### Given information
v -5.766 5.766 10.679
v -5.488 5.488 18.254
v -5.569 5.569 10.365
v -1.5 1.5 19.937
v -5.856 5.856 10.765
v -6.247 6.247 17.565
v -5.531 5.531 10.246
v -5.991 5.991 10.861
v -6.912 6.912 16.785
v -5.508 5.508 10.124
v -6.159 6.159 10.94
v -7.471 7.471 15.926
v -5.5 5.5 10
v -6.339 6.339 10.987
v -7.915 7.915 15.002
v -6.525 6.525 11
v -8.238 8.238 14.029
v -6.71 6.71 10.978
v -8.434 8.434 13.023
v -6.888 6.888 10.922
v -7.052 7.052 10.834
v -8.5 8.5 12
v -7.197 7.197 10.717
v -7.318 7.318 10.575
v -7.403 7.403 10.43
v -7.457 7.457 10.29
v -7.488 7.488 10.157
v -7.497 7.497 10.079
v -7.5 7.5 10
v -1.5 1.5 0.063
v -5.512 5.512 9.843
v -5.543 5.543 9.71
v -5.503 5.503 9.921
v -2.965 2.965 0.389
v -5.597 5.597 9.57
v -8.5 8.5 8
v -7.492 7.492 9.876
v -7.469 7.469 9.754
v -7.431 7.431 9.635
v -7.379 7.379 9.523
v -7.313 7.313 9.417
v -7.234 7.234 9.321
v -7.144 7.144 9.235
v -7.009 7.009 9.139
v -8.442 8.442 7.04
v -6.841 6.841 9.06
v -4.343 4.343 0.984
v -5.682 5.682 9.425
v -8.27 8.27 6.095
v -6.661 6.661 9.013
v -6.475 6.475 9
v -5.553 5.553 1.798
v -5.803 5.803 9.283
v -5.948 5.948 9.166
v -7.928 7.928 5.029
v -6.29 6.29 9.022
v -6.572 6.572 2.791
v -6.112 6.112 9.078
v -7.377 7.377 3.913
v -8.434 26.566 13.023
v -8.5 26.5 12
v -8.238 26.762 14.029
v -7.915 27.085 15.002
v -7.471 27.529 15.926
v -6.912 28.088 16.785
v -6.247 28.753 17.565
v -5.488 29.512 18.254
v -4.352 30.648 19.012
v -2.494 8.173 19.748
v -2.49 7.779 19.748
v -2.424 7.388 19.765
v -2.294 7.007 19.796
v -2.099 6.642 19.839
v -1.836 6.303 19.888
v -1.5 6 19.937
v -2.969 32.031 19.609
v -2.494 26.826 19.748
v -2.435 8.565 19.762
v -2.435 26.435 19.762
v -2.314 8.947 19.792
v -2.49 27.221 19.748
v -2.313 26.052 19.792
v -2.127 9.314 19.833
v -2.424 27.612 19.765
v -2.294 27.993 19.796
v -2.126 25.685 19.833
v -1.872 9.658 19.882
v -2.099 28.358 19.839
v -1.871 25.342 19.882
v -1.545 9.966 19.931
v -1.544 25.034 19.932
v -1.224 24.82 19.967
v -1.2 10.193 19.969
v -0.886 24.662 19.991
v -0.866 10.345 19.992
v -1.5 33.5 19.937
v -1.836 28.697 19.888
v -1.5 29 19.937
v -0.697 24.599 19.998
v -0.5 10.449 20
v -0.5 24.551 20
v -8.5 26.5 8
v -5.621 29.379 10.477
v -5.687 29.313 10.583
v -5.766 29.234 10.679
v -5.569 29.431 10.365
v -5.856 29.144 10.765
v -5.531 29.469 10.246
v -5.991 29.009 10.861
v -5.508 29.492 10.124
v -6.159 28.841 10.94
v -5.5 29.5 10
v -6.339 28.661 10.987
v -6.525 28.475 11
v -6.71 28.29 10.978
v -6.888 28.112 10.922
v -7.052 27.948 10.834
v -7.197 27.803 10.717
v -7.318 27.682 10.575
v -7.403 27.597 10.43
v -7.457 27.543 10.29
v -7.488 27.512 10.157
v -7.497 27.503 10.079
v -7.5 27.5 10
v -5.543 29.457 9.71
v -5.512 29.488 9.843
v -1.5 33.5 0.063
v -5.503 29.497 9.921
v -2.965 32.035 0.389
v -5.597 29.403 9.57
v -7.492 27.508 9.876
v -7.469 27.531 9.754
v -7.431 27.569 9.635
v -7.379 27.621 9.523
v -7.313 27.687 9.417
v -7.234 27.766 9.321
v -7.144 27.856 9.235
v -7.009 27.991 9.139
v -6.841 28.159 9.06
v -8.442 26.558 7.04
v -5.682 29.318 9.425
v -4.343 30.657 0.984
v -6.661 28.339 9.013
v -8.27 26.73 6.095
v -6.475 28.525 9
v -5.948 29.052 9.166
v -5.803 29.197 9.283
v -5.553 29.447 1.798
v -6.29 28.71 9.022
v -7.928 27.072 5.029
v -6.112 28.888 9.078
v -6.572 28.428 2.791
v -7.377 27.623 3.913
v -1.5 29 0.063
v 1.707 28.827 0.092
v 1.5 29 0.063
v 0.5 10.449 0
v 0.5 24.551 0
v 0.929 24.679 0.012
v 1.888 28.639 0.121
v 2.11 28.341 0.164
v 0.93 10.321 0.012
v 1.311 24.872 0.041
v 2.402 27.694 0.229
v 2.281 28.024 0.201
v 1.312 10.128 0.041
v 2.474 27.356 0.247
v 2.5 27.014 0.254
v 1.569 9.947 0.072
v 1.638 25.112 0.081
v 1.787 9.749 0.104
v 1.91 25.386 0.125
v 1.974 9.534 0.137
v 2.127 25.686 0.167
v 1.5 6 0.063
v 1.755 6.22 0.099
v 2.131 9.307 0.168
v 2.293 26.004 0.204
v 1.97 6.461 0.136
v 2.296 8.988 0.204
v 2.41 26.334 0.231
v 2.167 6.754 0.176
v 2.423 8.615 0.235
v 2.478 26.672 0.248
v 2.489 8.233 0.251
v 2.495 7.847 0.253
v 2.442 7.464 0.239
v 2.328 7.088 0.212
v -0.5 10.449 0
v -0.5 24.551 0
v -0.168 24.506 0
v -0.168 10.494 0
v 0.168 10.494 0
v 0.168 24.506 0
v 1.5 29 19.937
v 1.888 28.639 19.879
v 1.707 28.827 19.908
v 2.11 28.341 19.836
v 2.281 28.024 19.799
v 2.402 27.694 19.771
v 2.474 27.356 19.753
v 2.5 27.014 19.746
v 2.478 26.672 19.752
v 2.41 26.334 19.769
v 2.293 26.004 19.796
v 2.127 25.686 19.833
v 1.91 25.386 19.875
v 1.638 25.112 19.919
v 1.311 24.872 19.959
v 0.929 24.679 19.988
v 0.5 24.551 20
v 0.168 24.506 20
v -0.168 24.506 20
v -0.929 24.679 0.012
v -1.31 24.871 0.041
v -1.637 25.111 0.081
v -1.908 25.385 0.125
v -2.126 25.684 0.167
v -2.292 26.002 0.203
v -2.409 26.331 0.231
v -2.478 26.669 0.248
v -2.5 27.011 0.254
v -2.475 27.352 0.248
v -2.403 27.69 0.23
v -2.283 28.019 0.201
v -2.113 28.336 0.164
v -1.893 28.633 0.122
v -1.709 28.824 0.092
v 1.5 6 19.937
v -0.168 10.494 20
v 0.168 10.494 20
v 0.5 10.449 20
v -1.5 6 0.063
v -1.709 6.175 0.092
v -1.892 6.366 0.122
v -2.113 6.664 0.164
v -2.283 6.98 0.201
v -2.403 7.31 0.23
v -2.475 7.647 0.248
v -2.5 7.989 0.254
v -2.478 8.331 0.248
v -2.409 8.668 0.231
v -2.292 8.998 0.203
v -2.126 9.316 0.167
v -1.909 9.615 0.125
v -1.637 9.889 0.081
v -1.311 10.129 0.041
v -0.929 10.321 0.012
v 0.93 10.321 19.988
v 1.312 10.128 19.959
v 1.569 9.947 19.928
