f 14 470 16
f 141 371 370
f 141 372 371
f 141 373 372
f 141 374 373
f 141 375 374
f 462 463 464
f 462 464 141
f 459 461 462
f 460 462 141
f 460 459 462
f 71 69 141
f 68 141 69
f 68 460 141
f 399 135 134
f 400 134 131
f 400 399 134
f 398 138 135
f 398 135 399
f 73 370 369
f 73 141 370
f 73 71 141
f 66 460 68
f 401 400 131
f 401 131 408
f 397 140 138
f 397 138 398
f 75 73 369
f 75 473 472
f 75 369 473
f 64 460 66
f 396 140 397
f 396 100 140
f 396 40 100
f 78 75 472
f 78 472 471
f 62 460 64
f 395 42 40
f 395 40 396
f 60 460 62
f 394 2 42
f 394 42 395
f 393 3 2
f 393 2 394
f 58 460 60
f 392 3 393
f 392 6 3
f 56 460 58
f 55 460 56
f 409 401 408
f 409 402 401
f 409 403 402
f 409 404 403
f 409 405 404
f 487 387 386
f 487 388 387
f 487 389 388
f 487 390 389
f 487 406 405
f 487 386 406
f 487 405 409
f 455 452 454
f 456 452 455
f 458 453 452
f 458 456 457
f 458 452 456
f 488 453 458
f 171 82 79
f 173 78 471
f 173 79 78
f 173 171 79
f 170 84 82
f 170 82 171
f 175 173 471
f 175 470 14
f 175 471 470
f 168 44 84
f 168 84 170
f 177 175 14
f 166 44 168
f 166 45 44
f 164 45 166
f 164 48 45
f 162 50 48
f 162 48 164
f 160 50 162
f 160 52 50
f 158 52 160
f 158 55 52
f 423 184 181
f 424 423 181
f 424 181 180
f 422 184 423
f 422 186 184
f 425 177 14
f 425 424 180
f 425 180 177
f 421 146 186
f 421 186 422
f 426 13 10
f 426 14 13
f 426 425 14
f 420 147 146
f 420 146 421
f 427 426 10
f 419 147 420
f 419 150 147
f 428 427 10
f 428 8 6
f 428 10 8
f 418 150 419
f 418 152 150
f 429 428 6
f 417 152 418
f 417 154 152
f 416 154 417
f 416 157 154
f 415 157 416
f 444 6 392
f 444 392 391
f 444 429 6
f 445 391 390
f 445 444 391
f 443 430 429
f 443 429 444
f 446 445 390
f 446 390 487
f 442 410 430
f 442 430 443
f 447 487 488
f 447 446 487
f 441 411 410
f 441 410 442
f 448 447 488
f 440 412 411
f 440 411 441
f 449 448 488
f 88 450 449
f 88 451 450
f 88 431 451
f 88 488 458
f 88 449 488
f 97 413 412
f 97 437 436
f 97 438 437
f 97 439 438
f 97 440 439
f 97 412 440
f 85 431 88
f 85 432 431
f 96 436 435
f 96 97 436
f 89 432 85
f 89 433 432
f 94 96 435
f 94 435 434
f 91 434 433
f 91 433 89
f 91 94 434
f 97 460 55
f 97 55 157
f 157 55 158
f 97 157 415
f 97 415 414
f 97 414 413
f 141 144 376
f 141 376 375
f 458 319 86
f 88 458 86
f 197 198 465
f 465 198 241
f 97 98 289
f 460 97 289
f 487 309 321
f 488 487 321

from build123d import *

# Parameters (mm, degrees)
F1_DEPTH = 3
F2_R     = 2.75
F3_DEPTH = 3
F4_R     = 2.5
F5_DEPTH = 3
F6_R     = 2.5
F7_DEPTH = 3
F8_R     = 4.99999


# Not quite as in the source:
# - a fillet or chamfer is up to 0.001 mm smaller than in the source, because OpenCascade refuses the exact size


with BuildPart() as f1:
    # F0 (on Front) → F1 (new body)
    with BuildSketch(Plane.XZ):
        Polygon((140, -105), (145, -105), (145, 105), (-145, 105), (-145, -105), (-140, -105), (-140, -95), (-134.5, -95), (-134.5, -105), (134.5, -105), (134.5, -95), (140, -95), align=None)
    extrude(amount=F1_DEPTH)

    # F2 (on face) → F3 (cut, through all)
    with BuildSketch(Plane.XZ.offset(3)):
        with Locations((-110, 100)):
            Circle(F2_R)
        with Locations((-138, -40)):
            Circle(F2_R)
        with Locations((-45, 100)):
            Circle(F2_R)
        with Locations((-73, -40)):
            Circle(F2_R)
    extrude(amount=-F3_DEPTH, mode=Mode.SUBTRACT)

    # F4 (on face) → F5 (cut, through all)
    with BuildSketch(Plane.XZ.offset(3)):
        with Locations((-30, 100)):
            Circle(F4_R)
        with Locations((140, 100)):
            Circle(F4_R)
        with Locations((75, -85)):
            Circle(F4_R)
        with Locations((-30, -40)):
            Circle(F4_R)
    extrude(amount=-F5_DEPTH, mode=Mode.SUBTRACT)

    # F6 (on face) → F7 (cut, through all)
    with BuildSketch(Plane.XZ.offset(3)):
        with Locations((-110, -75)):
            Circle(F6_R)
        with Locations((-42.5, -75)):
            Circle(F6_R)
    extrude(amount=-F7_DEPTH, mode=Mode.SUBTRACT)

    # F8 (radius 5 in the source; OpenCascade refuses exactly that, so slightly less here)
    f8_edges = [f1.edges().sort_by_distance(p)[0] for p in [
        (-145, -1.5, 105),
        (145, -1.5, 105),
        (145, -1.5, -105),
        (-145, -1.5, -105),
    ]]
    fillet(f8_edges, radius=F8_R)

### Exercise
Give the count of lines in the listing that contain the word "refuses". No explanation is wanted.

### Solution below
2